* **Task input**
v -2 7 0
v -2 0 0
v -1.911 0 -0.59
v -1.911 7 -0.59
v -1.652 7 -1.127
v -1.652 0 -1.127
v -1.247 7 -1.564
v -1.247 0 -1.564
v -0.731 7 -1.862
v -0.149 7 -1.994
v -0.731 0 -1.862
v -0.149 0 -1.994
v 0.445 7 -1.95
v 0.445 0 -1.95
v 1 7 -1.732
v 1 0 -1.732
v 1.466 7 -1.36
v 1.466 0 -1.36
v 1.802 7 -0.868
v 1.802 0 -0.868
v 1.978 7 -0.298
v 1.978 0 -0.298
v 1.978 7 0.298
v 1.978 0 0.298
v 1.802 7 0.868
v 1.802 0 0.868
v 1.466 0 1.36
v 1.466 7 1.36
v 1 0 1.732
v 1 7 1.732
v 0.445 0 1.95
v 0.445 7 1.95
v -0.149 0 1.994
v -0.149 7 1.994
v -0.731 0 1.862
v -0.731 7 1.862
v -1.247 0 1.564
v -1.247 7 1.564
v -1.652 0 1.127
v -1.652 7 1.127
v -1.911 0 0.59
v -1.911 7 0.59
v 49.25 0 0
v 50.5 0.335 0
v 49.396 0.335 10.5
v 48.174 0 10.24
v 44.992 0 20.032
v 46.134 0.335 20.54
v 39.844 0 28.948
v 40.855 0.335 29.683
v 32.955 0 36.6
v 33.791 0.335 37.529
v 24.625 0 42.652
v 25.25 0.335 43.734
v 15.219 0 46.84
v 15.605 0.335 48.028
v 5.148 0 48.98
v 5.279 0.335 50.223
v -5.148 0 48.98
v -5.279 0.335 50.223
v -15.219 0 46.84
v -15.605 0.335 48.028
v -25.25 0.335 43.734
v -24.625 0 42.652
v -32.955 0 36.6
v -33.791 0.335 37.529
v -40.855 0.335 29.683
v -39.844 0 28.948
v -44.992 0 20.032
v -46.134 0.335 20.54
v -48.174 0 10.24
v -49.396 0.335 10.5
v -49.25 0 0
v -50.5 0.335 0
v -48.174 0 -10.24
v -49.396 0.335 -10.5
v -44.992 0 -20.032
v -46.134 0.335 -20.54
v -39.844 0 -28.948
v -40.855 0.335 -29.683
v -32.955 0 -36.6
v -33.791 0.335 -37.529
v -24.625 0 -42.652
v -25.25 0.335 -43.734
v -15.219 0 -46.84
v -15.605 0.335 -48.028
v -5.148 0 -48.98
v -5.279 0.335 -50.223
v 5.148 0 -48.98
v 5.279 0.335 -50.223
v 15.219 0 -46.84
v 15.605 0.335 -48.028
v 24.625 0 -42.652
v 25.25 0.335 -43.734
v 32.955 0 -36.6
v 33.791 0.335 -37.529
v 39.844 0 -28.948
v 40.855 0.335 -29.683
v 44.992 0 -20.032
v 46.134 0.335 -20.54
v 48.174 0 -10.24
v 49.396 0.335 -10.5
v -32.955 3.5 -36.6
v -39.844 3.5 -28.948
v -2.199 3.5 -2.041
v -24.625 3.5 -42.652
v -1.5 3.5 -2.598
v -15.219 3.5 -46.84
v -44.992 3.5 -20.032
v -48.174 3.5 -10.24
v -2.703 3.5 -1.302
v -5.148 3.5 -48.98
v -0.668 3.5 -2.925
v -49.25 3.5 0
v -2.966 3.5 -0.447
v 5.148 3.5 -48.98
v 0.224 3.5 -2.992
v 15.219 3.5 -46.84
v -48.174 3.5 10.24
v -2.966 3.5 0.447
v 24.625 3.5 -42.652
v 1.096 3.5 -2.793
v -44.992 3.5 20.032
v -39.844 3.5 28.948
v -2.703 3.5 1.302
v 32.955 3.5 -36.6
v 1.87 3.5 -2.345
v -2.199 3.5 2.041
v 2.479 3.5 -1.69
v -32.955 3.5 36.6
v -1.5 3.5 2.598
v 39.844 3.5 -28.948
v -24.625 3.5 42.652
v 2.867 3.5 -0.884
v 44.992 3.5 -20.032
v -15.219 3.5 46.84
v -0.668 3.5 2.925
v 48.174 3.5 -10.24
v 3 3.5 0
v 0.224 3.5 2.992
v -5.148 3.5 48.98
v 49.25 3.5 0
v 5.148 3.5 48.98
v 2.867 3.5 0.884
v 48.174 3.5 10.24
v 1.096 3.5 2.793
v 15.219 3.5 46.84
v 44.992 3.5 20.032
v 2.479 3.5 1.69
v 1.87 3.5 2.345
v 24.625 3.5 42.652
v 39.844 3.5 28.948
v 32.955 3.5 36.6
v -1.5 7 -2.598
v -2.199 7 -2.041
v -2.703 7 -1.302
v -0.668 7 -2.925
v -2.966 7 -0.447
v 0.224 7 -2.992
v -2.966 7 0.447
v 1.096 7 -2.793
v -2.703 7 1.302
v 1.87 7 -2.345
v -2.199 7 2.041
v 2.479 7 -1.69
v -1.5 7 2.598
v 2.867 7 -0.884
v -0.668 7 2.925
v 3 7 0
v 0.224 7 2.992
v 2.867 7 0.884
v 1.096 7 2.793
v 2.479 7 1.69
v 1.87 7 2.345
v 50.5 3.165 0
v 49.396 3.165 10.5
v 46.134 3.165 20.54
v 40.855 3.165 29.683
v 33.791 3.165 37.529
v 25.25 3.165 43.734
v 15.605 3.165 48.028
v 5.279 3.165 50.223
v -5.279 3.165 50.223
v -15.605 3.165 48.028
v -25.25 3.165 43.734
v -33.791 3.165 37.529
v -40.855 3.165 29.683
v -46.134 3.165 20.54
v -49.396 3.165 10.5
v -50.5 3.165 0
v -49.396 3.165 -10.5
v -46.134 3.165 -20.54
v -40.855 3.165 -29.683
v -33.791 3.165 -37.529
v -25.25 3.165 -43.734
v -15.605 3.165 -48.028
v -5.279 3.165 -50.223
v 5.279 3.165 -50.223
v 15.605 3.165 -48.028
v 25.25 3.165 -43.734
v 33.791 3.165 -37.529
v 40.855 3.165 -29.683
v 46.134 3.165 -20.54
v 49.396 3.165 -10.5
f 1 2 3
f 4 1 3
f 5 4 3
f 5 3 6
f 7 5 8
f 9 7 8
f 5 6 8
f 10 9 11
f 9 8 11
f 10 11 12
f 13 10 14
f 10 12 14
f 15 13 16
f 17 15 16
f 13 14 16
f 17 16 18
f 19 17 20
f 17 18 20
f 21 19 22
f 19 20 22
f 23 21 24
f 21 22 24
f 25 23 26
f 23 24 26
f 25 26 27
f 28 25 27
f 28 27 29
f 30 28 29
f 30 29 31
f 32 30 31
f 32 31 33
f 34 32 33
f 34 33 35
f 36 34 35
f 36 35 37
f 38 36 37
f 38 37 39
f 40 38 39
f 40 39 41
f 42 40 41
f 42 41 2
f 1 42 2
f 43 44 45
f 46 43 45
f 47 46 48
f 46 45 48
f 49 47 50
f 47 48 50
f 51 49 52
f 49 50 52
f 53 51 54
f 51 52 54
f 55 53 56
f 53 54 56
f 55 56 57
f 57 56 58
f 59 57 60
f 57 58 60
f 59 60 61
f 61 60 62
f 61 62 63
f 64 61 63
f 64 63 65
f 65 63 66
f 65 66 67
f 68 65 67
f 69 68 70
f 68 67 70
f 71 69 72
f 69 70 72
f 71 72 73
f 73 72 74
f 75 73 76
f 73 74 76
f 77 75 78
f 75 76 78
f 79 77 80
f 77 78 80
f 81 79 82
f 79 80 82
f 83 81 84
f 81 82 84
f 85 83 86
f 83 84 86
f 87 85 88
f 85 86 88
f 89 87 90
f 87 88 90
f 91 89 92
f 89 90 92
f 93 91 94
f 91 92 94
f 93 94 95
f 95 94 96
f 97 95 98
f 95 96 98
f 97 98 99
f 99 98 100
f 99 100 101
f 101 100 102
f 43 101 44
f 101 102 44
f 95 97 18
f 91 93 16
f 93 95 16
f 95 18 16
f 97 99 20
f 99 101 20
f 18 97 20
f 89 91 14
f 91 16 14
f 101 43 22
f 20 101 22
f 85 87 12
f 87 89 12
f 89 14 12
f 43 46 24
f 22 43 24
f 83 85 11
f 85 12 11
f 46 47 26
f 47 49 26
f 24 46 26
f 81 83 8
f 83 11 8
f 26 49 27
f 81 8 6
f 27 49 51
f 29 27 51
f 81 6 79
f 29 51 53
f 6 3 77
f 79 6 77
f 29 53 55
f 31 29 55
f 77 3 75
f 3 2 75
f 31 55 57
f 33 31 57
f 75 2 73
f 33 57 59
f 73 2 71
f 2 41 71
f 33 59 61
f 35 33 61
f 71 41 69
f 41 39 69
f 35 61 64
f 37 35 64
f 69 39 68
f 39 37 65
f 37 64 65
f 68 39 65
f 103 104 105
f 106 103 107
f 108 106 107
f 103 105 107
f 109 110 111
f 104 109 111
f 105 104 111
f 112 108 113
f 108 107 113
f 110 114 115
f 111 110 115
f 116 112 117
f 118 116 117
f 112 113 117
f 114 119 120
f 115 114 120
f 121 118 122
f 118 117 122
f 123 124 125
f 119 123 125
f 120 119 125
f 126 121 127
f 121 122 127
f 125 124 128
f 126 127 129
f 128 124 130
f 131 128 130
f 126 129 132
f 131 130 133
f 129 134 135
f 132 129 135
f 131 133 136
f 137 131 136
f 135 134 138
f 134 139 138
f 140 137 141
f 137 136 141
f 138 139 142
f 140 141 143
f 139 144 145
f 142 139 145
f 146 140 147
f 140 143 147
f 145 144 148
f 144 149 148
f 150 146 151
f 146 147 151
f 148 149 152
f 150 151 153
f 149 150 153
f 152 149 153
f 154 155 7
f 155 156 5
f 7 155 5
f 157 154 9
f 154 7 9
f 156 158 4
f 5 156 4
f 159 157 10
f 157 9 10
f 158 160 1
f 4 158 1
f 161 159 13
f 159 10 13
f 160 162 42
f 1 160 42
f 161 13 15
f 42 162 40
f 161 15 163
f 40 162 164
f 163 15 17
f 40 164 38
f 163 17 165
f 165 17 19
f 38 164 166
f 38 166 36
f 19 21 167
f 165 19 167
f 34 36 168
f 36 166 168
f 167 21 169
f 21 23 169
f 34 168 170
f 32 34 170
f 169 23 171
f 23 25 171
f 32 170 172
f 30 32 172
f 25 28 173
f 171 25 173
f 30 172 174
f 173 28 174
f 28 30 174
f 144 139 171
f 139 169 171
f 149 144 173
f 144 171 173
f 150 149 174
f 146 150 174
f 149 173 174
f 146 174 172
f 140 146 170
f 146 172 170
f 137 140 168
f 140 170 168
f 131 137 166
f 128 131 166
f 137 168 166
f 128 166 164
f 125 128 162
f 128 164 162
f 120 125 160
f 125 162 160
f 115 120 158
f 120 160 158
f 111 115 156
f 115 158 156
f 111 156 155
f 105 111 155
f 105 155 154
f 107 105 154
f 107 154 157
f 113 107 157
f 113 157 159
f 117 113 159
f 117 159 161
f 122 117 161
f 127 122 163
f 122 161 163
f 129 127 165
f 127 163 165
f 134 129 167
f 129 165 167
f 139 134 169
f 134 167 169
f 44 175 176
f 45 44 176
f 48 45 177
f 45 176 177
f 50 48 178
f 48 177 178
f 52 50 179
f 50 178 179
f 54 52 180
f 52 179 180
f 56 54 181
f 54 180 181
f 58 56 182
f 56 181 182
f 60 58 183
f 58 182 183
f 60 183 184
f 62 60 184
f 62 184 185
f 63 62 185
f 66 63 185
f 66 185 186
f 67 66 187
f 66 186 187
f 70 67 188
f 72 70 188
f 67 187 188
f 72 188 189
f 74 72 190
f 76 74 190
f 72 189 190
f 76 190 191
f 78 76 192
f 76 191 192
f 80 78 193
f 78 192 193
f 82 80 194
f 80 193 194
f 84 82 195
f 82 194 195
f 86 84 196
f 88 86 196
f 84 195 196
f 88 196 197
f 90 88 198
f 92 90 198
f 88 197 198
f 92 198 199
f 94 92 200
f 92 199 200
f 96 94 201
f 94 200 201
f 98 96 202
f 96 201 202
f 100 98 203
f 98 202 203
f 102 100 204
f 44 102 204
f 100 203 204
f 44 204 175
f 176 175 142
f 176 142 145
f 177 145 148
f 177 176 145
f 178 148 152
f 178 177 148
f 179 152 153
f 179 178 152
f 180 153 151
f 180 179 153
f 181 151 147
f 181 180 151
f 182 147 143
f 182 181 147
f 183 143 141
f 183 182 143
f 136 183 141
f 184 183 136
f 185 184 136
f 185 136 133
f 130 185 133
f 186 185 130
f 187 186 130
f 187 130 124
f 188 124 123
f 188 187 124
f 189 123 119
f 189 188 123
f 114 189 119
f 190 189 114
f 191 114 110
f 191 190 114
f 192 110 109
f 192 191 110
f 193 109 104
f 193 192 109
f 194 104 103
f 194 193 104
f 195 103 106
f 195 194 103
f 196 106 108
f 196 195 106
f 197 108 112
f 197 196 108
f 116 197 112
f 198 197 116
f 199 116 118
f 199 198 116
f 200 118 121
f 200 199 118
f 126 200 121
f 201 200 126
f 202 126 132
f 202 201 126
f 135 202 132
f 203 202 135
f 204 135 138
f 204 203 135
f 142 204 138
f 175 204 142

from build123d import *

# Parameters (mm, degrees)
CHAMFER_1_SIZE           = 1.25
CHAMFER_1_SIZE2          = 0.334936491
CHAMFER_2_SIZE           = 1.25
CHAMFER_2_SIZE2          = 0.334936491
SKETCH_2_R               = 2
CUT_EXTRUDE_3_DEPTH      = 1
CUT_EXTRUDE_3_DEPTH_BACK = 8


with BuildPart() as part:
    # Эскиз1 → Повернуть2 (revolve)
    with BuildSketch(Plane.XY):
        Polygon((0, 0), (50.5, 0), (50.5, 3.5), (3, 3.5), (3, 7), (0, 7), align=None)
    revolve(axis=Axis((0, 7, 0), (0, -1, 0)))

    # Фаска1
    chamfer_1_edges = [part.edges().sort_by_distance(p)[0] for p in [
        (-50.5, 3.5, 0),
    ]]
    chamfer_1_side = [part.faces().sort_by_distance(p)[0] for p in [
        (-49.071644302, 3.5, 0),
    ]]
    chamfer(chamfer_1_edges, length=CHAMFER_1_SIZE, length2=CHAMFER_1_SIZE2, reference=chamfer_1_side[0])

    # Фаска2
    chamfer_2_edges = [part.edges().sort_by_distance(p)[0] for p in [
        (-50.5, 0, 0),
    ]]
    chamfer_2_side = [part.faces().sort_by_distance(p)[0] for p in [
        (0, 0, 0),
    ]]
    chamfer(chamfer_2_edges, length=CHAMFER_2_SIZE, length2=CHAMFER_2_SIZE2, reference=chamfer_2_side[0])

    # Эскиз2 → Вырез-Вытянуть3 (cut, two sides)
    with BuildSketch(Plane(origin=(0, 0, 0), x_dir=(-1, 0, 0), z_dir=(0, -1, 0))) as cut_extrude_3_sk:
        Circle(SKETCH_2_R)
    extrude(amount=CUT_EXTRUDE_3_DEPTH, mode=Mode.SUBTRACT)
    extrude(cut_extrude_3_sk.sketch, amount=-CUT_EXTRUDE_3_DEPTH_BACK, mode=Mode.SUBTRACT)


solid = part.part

* **Task details**
Retype the first line of the entries and every line after it, please, through the line that contains "v -2.966 3.5 0.447". Add nothing.

* **Finished exercise**
v -2 7 0
v -2 0 0
v -1.911 0 -0.59
v -1.911 7 -0.59
v -1.652 7 -1.127
v -1.652 0 -1.127
v -1.247 7 -1.564
v -1.247 0 -1.564
v -0.731 7 -1.862
v -0.149 7 -1.994
v -0.731 0 -1.862
v -0.149 0 -1.994
v 0.445 7 -1.95
v 0.445 0 -1.95
v 1 7 -1.732
v 1 0 -1.732
v 1.466 7 -1.36
v 1.466 0 -1.36
v 1.802 7 -0.868
v 1.802 0 -0.868
v 1.978 7 -0.298
v 1.978 0 -0.298
v 1.978 7 0.298
v 1.978 0 0.298
v 1.802 7 0.868
v 1.802 0 0.868
v 1.466 0 1.36
v 1.466 7 1.36
v 1 0 1.732
v 1 7 1.732
v 0.445 0 1.95
v 0.445 7 1.95
v -0.149 0 1.994
v -0.149 7 1.994
v -0.731 0 1.862
v -0.731 7 1.862
v -1.247 0 1.564
v -1.247 7 1.564
v -1.652 0 1.127
v -1.652 7 1.127
v -1.911 0 0.59
v -1.911 7 0.59
v 49.25 0 0
v 50.5 0.335 0
v 49.396 0.335 10.5
v 48.174 0 10.24
v 44.992 0 20.032
v 46.134 0.335 20.54
v 39.844 0 28.948
v 40.855 0.335 29.683
v 32.955 0 36.6
v 33.791 0.335 37.529
v 24.625 0 42.652
v 25.25 0.335 43.734
v 15.219 0 46.84
v 15.605 0.335 48.028
v 5.148 0 48.98
v 5.279 0.335 50.223
v -5.148 0 48.98
v -5.279 0.335 50.223
v -15.219 0 46.84
v -15.605 0.335 48.028
v -25.25 0.335 43.734
v -24.625 0 42.652
v -32.955 0 36.6
v -33.791 0.335 37.529
v -40.855 0.335 29.683
v -39.844 0 28.948
v -44.992 0 20.032
v -46.134 0.335 20.54
v -48.174 0 10.24
v -49.396 0.335 10.5
v -49.25 0 0
v -50.5 0.335 0
v -48.174 0 -10.24
v -49.396 0.335 -10.5
v -44.992 0 -20.032
v -46.134 0.335 -20.54
v -39.844 0 -28.948
v -40.855 0.335 -29.683
v -32.955 0 -36.6
v -33.791 0.335 -37.529
v -24.625 0 -42.652
v -25.25 0.335 -43.734
v -15.219 0 -46.84
v -15.605 0.335 -48.028
v -5.148 0 -48.98
v -5.279 0.335 -50.223
v 5.148 0 -48.98
v 5.279 0.335 -50.223
v 15.219 0 -46.84
v 15.605 0.335 -48.028
v 24.625 0 -42.652
v 25.25 0.335 -43.734
v 32.955 0 -36.6
v 33.791 0.335 -37.529
v 39.844 0 -28.948
v 40.855 0.335 -29.683
v 44.992 0 -20.032
v 46.134 0.335 -20.54
v 48.174 0 -10.24
v 49.396 0.335 -10.5
v -32.955 3.5 -36.6
v -39.844 3.5 -28.948
v -2.199 3.5 -2.041
v -24.625 3.5 -42.652
v -1.5 3.5 -2.598
v -15.219 3.5 -46.84
v -44.992 3.5 -20.032
v -48.174 3.5 -10.24
v -2.703 3.5 -1.302
v -5.148 3.5 -48.98
v -0.668 3.5 -2.925
v -49.25 3.5 0
v -2.966 3.5 -0.447
v 5.148 3.5 -48.98
v 0.224 3.5 -2.992
v 15.219 3.5 -46.84
v -48.174 3.5 10.24
v -2.966 3.5 0.447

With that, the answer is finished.